Bukauskas threw at numerous Perfect Game events prior to this spring, including both the 2012 and 2013 Junior National Showcases, the latter of which he topped out at 93 mph. However, his signature PG event was his final one, the 2013 PG Underclass All-American Games last August. That heavily scouted event, held the day after the Perfect Game All-American Classic, has a very high level of talent, talent that Bukauskas completely dominated. Here are my notes from his outing at the University of San Diego.

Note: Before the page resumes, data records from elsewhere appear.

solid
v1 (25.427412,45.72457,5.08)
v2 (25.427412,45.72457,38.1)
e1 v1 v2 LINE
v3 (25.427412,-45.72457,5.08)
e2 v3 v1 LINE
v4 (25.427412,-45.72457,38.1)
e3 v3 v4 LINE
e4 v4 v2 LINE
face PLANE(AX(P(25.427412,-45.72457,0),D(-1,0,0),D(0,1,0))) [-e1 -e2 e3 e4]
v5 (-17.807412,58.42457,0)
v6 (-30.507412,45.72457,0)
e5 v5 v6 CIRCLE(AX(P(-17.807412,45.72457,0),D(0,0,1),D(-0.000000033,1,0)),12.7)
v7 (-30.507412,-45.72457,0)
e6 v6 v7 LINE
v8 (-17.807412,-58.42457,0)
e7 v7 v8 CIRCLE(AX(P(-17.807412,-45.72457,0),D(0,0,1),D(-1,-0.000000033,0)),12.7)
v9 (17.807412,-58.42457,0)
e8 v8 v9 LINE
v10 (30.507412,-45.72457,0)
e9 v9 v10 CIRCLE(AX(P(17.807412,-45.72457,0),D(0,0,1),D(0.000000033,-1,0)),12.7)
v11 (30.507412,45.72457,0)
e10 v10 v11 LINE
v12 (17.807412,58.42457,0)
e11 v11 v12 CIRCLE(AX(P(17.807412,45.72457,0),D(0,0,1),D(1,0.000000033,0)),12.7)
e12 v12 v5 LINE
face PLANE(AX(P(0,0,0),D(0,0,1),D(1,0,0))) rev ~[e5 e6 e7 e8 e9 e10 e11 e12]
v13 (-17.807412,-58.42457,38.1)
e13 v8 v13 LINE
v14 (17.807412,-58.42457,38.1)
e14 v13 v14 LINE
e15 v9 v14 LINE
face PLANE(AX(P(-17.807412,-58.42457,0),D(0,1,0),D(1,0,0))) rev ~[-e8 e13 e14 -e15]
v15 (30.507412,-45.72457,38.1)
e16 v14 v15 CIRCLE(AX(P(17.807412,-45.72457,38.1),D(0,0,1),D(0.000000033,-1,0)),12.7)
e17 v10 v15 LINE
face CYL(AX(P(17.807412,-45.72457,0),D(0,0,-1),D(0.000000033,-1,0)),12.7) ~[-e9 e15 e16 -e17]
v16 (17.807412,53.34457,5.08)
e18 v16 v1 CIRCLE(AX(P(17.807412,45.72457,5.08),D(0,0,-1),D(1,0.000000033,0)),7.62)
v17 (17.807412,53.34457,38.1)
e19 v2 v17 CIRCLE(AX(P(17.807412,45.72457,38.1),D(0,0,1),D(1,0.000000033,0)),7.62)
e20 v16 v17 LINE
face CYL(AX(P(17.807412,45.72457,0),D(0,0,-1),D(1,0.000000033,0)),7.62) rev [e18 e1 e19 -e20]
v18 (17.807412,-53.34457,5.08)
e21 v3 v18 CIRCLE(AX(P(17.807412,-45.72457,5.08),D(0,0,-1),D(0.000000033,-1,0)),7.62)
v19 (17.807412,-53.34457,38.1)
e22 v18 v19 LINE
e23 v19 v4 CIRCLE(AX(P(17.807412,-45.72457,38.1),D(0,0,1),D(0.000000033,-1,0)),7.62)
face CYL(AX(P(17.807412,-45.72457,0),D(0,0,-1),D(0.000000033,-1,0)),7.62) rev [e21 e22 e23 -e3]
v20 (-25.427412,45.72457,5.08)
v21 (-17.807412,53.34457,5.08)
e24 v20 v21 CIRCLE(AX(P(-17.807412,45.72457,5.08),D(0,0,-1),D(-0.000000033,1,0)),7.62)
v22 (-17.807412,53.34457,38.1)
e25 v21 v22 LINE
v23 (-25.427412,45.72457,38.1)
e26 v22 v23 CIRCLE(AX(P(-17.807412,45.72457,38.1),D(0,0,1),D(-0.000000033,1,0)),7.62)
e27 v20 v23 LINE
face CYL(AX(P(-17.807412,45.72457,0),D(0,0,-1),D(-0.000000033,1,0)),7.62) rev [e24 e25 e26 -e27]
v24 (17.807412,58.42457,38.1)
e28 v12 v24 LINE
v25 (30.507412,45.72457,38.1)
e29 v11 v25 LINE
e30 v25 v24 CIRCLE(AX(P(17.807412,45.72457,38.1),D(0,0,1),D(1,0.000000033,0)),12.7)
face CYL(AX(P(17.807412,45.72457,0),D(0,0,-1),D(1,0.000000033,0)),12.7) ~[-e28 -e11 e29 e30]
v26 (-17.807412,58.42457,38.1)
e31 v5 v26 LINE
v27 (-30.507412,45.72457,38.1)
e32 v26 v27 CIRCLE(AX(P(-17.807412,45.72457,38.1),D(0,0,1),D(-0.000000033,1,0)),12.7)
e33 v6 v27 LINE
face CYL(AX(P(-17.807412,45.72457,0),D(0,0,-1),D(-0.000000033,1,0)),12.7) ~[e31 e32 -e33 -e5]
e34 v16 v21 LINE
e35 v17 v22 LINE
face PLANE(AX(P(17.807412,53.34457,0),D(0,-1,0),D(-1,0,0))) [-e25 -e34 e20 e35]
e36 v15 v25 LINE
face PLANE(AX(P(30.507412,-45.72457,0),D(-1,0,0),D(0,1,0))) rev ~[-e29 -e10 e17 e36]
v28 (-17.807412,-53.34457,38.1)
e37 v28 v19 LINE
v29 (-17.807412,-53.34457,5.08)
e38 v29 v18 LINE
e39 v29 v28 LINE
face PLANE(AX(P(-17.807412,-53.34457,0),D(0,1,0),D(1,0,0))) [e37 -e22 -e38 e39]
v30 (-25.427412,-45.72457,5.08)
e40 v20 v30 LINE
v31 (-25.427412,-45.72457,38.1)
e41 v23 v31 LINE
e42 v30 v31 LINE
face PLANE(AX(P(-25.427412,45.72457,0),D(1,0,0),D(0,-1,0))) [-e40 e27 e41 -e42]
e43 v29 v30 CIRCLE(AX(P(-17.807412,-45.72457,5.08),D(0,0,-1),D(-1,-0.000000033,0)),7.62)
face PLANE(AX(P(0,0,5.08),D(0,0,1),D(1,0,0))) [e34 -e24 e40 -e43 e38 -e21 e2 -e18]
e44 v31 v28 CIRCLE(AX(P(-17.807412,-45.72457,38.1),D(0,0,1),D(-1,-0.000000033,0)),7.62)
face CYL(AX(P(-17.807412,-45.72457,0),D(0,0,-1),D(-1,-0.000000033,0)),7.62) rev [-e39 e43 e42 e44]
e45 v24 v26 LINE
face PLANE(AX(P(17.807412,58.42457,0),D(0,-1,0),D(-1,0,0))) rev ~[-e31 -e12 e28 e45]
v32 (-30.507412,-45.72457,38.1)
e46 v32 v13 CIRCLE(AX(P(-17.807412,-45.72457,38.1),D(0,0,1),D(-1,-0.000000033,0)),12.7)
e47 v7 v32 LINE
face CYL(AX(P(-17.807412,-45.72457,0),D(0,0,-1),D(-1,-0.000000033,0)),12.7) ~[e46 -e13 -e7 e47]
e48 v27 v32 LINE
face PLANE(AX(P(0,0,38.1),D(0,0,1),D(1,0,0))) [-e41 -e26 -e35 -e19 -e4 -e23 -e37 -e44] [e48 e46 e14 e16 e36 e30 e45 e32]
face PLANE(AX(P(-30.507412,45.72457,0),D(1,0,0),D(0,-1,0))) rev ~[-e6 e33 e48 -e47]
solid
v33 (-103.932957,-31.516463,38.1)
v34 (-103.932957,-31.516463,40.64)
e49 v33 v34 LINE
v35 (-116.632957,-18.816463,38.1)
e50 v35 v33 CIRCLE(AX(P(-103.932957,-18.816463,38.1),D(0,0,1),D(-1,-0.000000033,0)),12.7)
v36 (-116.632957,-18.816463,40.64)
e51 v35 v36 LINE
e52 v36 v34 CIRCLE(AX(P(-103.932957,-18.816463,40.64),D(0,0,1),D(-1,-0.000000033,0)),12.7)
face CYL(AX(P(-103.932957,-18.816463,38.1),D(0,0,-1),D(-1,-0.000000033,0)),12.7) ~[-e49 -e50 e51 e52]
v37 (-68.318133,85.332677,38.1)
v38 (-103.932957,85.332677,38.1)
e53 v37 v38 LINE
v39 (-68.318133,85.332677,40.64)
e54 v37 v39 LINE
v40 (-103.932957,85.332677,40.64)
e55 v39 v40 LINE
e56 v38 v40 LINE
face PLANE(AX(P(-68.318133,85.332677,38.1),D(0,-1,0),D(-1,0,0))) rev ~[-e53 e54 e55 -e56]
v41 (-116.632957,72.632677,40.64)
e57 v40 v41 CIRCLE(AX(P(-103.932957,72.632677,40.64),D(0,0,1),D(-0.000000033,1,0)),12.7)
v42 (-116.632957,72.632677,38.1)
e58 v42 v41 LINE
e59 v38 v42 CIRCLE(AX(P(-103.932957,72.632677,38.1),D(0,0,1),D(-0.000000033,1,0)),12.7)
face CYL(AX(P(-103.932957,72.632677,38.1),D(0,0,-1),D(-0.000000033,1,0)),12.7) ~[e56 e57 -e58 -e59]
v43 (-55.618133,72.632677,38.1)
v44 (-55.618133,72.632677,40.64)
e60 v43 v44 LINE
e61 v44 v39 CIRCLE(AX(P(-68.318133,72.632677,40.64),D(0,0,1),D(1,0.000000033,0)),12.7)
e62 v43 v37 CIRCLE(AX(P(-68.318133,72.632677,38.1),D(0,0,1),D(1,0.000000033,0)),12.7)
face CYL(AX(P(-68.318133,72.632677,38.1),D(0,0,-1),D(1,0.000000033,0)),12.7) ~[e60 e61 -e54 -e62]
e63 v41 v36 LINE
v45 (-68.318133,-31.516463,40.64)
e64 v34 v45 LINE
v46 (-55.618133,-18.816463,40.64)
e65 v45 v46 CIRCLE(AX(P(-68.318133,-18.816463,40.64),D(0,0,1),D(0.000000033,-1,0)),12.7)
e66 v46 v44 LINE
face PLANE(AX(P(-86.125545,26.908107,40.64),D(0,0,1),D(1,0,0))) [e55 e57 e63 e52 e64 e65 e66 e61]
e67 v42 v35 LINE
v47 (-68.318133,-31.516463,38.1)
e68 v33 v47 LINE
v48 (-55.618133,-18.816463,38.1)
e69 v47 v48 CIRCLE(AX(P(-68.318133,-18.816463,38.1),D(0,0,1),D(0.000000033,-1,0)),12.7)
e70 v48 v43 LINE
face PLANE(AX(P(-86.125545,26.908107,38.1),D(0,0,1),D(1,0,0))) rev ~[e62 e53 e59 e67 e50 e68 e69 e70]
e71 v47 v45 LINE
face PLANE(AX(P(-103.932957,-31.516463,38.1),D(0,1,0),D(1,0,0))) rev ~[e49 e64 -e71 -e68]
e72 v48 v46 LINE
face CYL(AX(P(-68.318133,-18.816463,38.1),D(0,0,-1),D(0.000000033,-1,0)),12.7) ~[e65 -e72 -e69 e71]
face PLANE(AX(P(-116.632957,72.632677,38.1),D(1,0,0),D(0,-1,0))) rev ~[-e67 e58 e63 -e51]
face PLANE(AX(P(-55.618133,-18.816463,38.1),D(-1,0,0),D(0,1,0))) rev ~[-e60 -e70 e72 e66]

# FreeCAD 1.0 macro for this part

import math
import FreeCAD as App
import Part
import Sketcher
from FreeCAD import Vector
Q = App.Units.Quantity


def faces_at(feature, points):
    """Names of the faces that lie closest to the given points."""
    faces = feature.Shape.Faces
    near = lambda p: min(range(len(faces)), key=lambda i: faces[i].distToShape(Part.Vertex(*p))[0])
    return sorted({f"Face{near(p) + 1}" for p in points})

doc = App.newDocument("Part")
body = doc.addObject("PartDesign::Body", "Body")

sketch1 = doc.addObject("Sketcher::SketchObject", "Sketch")
body.addObject(sketch1)
sketch1.AttachmentSupport = (doc.XY_Plane, [""])
sketch1.MapMode = "FlatFace"
sketch1.addGeometry([
    Part.ArcOfCircle(Part.Circle(Vector(18, 46, 0), Vector(0, 0, 1), 13), math.radians(0), math.radians(90)),
    Part.LineSegment(Vector(18, 58, 0), Vector(-18, 58, 0)),
    Part.ArcOfCircle(Part.Circle(Vector(-18, 46, 0), Vector(0, 0, 1), 13), math.radians(90), math.radians(180)),
    Part.LineSegment(Vector(-31, 46, 0), Vector(-31, -46, 0)),
    Part.ArcOfCircle(Part.Circle(Vector(-18, -46, 0), Vector(0, 0, 1), 13), math.radians(-180), math.radians(-90)),
    Part.LineSegment(Vector(-18, -58, 0), Vector(18, -58, 0)),
    Part.ArcOfCircle(Part.Circle(Vector(18, -46, 0), Vector(0, 0, 1), 13), math.radians(-90), math.radians(0)),
    Part.LineSegment(Vector(31, -46, 0), Vector(31, 46, 0)),
], False)
sketch1.addConstraint([
    Sketcher.Constraint("Tangent", 0, 2, 1, 1),
    Sketcher.Constraint("Tangent", 1, 2, 2, 1),
    Sketcher.Constraint("Tangent", 2, 2, 3, 1),
    Sketcher.Constraint("Tangent", 3, 2, 4, 1),
    Sketcher.Constraint("Tangent", 4, 2, 5, 1),
    Sketcher.Constraint("Tangent", 5, 2, 6, 1),
    Sketcher.Constraint("Tangent", 6, 2, 7, 1),
    Sketcher.Constraint("Tangent", 7, 2, 0, 1),
    Sketcher.Constraint("Horizontal", 1),
    Sketcher.Constraint("Vertical", 3),
    Sketcher.Constraint("Horizontal", 5),
    Sketcher.Constraint("Vertical", 7),
    Sketcher.Constraint("Equal", 0, 2),
    Sketcher.Constraint("Equal", 2, 4),
    Sketcher.Constraint("Equal", 4, 6),
    Sketcher.Constraint("Symmetric", 0, 3, 4, 3, -1, 1),
    Sketcher.Constraint("Radius", 0, Q("0.5 in")),
    Sketcher.Constraint("DistanceY", 3, 2, 3, 1, 91.44914),
    Sketcher.Constraint("DistanceX", 1, 2, 1, 1, 35.614824),
])
pad1 = doc.addObject("PartDesign::Pad", "Pad")
body.addObject(pad1)
pad1.Profile = sketch1
pad1.Length = Q("1.5 in")
doc.recompute()

thickness = doc.addObject("PartDesign::Thickness", "Thickness")
body.addObject(thickness)
thickness.Base = (pad1, faces_at(pad1, [(0, 0, 38.1)]))
thickness.Value = Q("0.2 in")
thickness.Reversed = True
thickness.Join = "Arc"
body2 = doc.addObject("PartDesign::Body", "Body001")

sketch2 = doc.addObject("Sketcher::SketchObject", "Sketch001")
body2.addObject(sketch2)
sketch2.AttachmentSupport = (doc.getObject("XY_Plane001"), [""])
sketch2.MapMode = "FlatFace"
sketch2.AttachmentOffset = App.Placement(Vector(0, 0, 1.5 * 25.4), App.Rotation())
sketch2.addGeometry([
    Part.ArcOfCircle(Part.Circle(Vector(-68, 73, 0), Vector(0, 0, 1), 13), math.radians(0), math.radians(90)),
    Part.LineSegment(Vector(-68, 85, 0), Vector(-104, 85, 0)),
    Part.ArcOfCircle(Part.Circle(Vector(-104, 73, 0), Vector(0, 0, 1), 13), math.radians(90), math.radians(180)),
    Part.LineSegment(Vector(-117, 73, 0), Vector(-117, -19, 0)),
    Part.ArcOfCircle(Part.Circle(Vector(-104, -19, 0), Vector(0, 0, 1), 13), math.radians(-180), math.radians(-90)),
    Part.LineSegment(Vector(-104, -32, 0), Vector(-68, -32, 0)),
    Part.ArcOfCircle(Part.Circle(Vector(-68, -19, 0), Vector(0, 0, 1), 13), math.radians(-90), math.radians(0)),
    Part.LineSegment(Vector(-56, -19, 0), Vector(-56, 73, 0)),
], False)
sketch2.addConstraint([
    Sketcher.Constraint("Tangent", 0, 2, 1, 1),
    Sketcher.Constraint("Tangent", 1, 2, 2, 1),
    Sketcher.Constraint("Tangent", 2, 2, 3, 1),
    Sketcher.Constraint("Tangent", 3, 2, 4, 1),
    Sketcher.Constraint("Tangent", 4, 2, 5, 1),
    Sketcher.Constraint("Tangent", 5, 2, 6, 1),
    Sketcher.Constraint("Tangent", 6, 2, 7, 1),
    Sketcher.Constraint("Tangent", 7, 2, 0, 1),
    Sketcher.Constraint("Horizontal", 1),
    Sketcher.Constraint("Vertical", 3),
    Sketcher.Constraint("Horizontal", 5),
    Sketcher.Constraint("Vertical", 7),
    Sketcher.Constraint("Equal", 0, 2),
    Sketcher.Constraint("Equal", 2, 4),
    Sketcher.Constraint("Equal", 4, 6),
    Sketcher.Constraint("Radius", 0, Q("0.5 in")),
    Sketcher.Constraint("DistanceY", 3, 2, 3, 1, 91.44914),
    Sketcher.Constraint("DistanceX", 1, 2, 1, 1, 35.614824),
    Sketcher.Constraint("DistanceX", 0, 3, -1, 1, 68.318133),
    Sketcher.Constraint("DistanceY", -1, 1, 0, 3, 72.632677),
])
pad2 = doc.addObject("PartDesign::Pad", "Pad001")
body2.addObject(pad2)
pad2.Profile = sketch2
pad2.Length = Q("0.1 in")

doc.recompute()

On line delivery with good pace, gathers over rubber, accelerates to the plate, occasional running action, commands SL well, some SL's have CB spin/shape/depth, quick compact arm, hi 3/4's, best life down, consistent 88-9 gets on hitters hands, late bite to glove side, throws to spots, K'd 6 straight at one point and overmatched many, nice change with big sink, overthrows at times and lowers slot, + change at times with + life, maintained velocity, topped at 90 mph, potential for 3 plus pitches.
Now take the same type of delivery, secondary pitches and command and put them with a pitcher throwing 94-97 and touching 100 mph instead of upper-80s. That is an impressive package.
How that package will play come June 5 makes Bukauskas one of the biggest wild cards in the draft. The decision making scouts will have had a chance to see him the second half of this spring, but they won’t have the depth of looks and resume that Bukauskas’ new peer group, pitchers such as Grant Holmes, Touki Toussaint and Sean Reid-Foley, have established. It’s easy to imagine Bukauskas hearing his name called in the first half of the first round, but it wouldn’t be surprising to have to wait until the compensation round as well.
All it takes, as they say, is the one team that likes you the most.